FeNb2O6 as a High-Performance Anode for Sodium-Ion Batteries Enabled by Structural Amorphization Coupled with NbO6 Local Ordering.

Pseudocapacitance-type transition metal oxides have been extensively investigated as anodes for lithium-ion batteries (LIBs). Currently, they are also gaining attention for sodium-ion batteries (SIBs) due to their low volume change and safety. However, their performance in sodium storage remains limited, primarily due to the larger Na⁺ ion radius. Here, for the first time, an iron niobate is reported with a columbite structure as a high-performance sodium storage anode. The presence of iron triggers the loss of long-range order through disorder of the FeO₆ octahedra local structure, subsequently allowing reversible sodium storage in an amorphous phase. Simultaneously, the formation of short-range ordered zigzag-chain structures within the NbO₆ planes creates a "skeleton" that offers abundant active sites for pseudocapacitive ion storage and enhanced ion diffusion pathways.
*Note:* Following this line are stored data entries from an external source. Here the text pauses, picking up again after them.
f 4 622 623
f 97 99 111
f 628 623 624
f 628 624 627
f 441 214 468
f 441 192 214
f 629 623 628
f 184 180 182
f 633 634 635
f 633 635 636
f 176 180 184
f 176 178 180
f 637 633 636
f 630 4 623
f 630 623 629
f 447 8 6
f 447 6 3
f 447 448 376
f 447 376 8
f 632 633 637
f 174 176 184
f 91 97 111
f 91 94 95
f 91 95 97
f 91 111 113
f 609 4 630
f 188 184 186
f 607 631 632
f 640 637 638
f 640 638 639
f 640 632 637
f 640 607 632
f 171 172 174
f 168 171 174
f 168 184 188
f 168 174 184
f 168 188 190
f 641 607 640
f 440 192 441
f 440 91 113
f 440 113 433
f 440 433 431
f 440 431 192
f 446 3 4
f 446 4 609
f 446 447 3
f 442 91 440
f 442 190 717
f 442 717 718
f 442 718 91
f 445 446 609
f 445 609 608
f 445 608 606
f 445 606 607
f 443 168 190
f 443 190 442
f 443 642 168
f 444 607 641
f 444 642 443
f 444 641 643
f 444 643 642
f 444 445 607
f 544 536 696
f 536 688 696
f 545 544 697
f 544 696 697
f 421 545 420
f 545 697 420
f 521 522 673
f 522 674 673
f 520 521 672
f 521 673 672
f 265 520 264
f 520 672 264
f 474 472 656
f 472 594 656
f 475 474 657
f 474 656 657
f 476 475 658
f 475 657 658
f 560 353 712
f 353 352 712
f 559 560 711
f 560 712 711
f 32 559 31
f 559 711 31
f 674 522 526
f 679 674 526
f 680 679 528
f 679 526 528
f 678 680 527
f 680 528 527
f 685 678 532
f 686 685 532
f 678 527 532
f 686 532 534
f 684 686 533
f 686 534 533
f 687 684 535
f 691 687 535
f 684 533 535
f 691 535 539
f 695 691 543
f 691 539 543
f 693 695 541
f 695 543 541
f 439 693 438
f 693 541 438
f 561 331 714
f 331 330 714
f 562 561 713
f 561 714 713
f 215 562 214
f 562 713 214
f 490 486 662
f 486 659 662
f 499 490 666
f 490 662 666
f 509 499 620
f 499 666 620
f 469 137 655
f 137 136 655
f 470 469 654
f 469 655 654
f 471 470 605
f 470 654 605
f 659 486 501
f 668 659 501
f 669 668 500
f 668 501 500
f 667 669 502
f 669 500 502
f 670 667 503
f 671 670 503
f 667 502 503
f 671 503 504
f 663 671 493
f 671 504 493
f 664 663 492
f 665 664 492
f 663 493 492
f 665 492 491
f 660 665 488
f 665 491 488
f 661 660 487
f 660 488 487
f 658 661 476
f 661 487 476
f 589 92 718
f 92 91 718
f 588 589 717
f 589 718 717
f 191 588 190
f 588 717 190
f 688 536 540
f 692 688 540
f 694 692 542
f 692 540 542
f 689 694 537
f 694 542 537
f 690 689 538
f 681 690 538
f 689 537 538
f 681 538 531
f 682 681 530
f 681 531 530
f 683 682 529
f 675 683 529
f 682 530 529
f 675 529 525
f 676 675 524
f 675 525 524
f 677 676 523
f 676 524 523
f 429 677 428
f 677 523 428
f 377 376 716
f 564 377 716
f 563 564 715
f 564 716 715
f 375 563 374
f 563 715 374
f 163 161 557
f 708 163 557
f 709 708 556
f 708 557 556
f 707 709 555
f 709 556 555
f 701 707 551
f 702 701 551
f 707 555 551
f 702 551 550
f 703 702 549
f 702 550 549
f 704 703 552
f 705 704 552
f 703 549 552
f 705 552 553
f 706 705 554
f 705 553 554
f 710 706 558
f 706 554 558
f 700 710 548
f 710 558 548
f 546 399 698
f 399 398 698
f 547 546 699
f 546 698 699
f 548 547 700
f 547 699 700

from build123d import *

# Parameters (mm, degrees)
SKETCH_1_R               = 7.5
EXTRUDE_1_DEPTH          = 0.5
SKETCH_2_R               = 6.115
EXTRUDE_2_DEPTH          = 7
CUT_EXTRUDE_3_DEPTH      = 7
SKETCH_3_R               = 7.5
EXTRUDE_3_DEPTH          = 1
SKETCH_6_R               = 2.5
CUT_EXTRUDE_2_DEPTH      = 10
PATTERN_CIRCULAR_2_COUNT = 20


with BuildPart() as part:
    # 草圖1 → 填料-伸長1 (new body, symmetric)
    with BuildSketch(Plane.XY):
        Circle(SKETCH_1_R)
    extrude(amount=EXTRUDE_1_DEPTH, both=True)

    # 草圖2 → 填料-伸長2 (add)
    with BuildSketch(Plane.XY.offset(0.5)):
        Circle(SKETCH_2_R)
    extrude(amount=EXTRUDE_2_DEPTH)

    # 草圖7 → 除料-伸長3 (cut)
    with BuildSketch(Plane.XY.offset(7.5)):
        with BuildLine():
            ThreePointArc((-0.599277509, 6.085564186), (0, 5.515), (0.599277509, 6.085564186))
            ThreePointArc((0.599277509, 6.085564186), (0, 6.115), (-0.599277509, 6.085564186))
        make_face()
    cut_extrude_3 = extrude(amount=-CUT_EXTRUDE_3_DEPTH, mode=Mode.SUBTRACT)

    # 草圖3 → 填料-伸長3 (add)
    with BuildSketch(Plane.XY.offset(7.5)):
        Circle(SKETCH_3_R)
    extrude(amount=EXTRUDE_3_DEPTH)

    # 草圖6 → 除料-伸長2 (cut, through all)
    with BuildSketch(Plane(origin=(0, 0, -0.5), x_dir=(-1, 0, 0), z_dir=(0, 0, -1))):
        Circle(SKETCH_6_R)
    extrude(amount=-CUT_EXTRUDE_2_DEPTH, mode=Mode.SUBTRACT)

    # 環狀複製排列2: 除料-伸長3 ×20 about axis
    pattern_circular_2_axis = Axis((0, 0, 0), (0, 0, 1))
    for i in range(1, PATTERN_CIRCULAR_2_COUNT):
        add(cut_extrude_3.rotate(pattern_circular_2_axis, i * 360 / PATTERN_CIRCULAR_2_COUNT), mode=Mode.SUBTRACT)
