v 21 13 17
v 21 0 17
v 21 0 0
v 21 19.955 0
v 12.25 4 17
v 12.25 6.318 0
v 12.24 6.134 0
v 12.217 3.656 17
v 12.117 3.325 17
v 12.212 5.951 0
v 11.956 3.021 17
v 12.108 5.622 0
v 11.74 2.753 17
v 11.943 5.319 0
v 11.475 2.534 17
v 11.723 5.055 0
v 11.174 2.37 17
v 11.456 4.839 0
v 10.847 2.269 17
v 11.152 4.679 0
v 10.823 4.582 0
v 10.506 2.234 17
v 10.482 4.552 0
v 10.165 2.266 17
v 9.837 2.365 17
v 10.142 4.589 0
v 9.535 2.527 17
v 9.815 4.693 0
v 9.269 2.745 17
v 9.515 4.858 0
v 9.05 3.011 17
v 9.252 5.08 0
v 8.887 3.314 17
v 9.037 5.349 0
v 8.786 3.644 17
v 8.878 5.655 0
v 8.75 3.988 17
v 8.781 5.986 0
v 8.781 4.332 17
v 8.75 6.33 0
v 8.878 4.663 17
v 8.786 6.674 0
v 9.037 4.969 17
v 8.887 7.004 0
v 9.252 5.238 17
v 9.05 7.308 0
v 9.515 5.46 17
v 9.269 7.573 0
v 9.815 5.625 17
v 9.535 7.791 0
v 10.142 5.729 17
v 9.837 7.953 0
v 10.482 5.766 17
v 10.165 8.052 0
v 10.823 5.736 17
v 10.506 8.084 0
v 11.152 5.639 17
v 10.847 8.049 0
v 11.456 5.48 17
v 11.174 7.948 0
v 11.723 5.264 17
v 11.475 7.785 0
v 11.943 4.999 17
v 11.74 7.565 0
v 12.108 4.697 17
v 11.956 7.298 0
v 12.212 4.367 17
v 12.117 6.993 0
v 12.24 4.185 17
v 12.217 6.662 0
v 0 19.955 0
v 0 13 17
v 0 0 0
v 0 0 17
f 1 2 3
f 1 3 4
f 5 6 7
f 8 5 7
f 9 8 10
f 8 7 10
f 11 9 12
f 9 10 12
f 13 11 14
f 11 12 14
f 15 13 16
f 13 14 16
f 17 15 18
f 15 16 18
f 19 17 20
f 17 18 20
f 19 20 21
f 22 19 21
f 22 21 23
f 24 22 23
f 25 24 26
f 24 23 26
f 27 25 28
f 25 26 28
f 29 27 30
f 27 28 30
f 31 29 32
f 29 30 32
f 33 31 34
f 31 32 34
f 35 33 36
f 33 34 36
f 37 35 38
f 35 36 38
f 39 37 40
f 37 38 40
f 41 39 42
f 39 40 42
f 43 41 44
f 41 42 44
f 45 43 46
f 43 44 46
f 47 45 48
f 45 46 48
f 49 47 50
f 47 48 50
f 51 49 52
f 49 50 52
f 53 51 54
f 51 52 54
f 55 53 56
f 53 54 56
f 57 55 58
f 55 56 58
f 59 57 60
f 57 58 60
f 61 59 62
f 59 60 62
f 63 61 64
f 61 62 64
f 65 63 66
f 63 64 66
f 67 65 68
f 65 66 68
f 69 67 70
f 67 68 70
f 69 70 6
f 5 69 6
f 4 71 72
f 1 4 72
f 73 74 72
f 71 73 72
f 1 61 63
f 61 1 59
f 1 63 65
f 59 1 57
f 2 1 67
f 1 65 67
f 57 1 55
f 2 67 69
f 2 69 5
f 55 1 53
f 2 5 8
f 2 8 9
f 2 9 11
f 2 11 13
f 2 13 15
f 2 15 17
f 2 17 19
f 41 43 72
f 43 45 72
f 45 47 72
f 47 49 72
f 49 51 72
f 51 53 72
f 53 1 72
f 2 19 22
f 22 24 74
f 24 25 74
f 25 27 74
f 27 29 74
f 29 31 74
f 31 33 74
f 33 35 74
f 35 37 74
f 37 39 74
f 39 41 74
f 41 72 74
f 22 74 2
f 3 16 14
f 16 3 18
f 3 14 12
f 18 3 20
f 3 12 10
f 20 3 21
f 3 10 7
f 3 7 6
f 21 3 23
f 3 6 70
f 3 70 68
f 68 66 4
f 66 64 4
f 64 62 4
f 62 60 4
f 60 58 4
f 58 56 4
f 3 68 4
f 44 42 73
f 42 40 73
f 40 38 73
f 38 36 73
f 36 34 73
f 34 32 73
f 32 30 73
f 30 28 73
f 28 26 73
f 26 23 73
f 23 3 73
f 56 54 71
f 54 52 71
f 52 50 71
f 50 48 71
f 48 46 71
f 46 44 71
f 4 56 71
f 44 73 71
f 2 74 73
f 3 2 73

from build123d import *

# Parameters (mm, degrees)
F1_DEPTH      = 21
F6_DEPTH      = 11.6432544745
F6_DEPTH_BACK = 13.1294997266
F7_W          = 22
F7_H          = 5
F8_DEPTH      = 21.001


with BuildPart() as f1:
    # F0 (on Right) → F1 (new body)
    with BuildSketch(Plane.YZ):
        Polygon((0, 22), (0, 0), (22, 0), (13, 22), align=None)
    extrude(amount=F1_DEPTH)

    # F5 (on line) → F6 (cut, two sides)
    with BuildSketch(Plane(origin=(0, -1.3722109533, 10.0628803245), x_dir=(1, 0, 0), z_dir=(0, 0.1351132047, -0.990830168))) as f6_sk:
        with BuildLine():
            ThreePointArc((8.75, -6.9358111763), (10.5, -8.6858111763), (12.25, -6.9358111763))
            ThreePointArc((12.25, -6.9358111763), (10.5, -5.1858111763), (8.75, -6.9358111763))
        make_face()
    extrude(amount=-F6_DEPTH, mode=Mode.SUBTRACT)
    extrude(f6_sk.sketch, amount=F6_DEPTH_BACK, mode=Mode.SUBTRACT)

    # F7 (on Right) → F8 (cut, through all)
    with BuildSketch(Plane.YZ):
        with Locations((11, 2.5)):
            Rectangle(F7_W, F7_H)
    extrude(amount=F8_DEPTH, mode=Mode.SUBTRACT)


with BuildPart() as f1_1:
    # F9: moved
    add(f1.part.moved(Location((0, 0, -5))))


solid = f1_1.part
These characteristics of FeNb₂O₆ make it an effective intercalation host, offering high capacity along with fast Na⁺ kinetics, as demonstrated through operando and ex situ characterizations. It leads to an applicable reversible capacity (>300 mAh g^-1) with a favorable average voltage of ≈0.6 V and excellent rate capability (180.4 mAh g^-1 at a current density of 2 A g^-1). This study provides insights into the development of intrinsically active transition metal oxides for Na⁺-ion intercalation.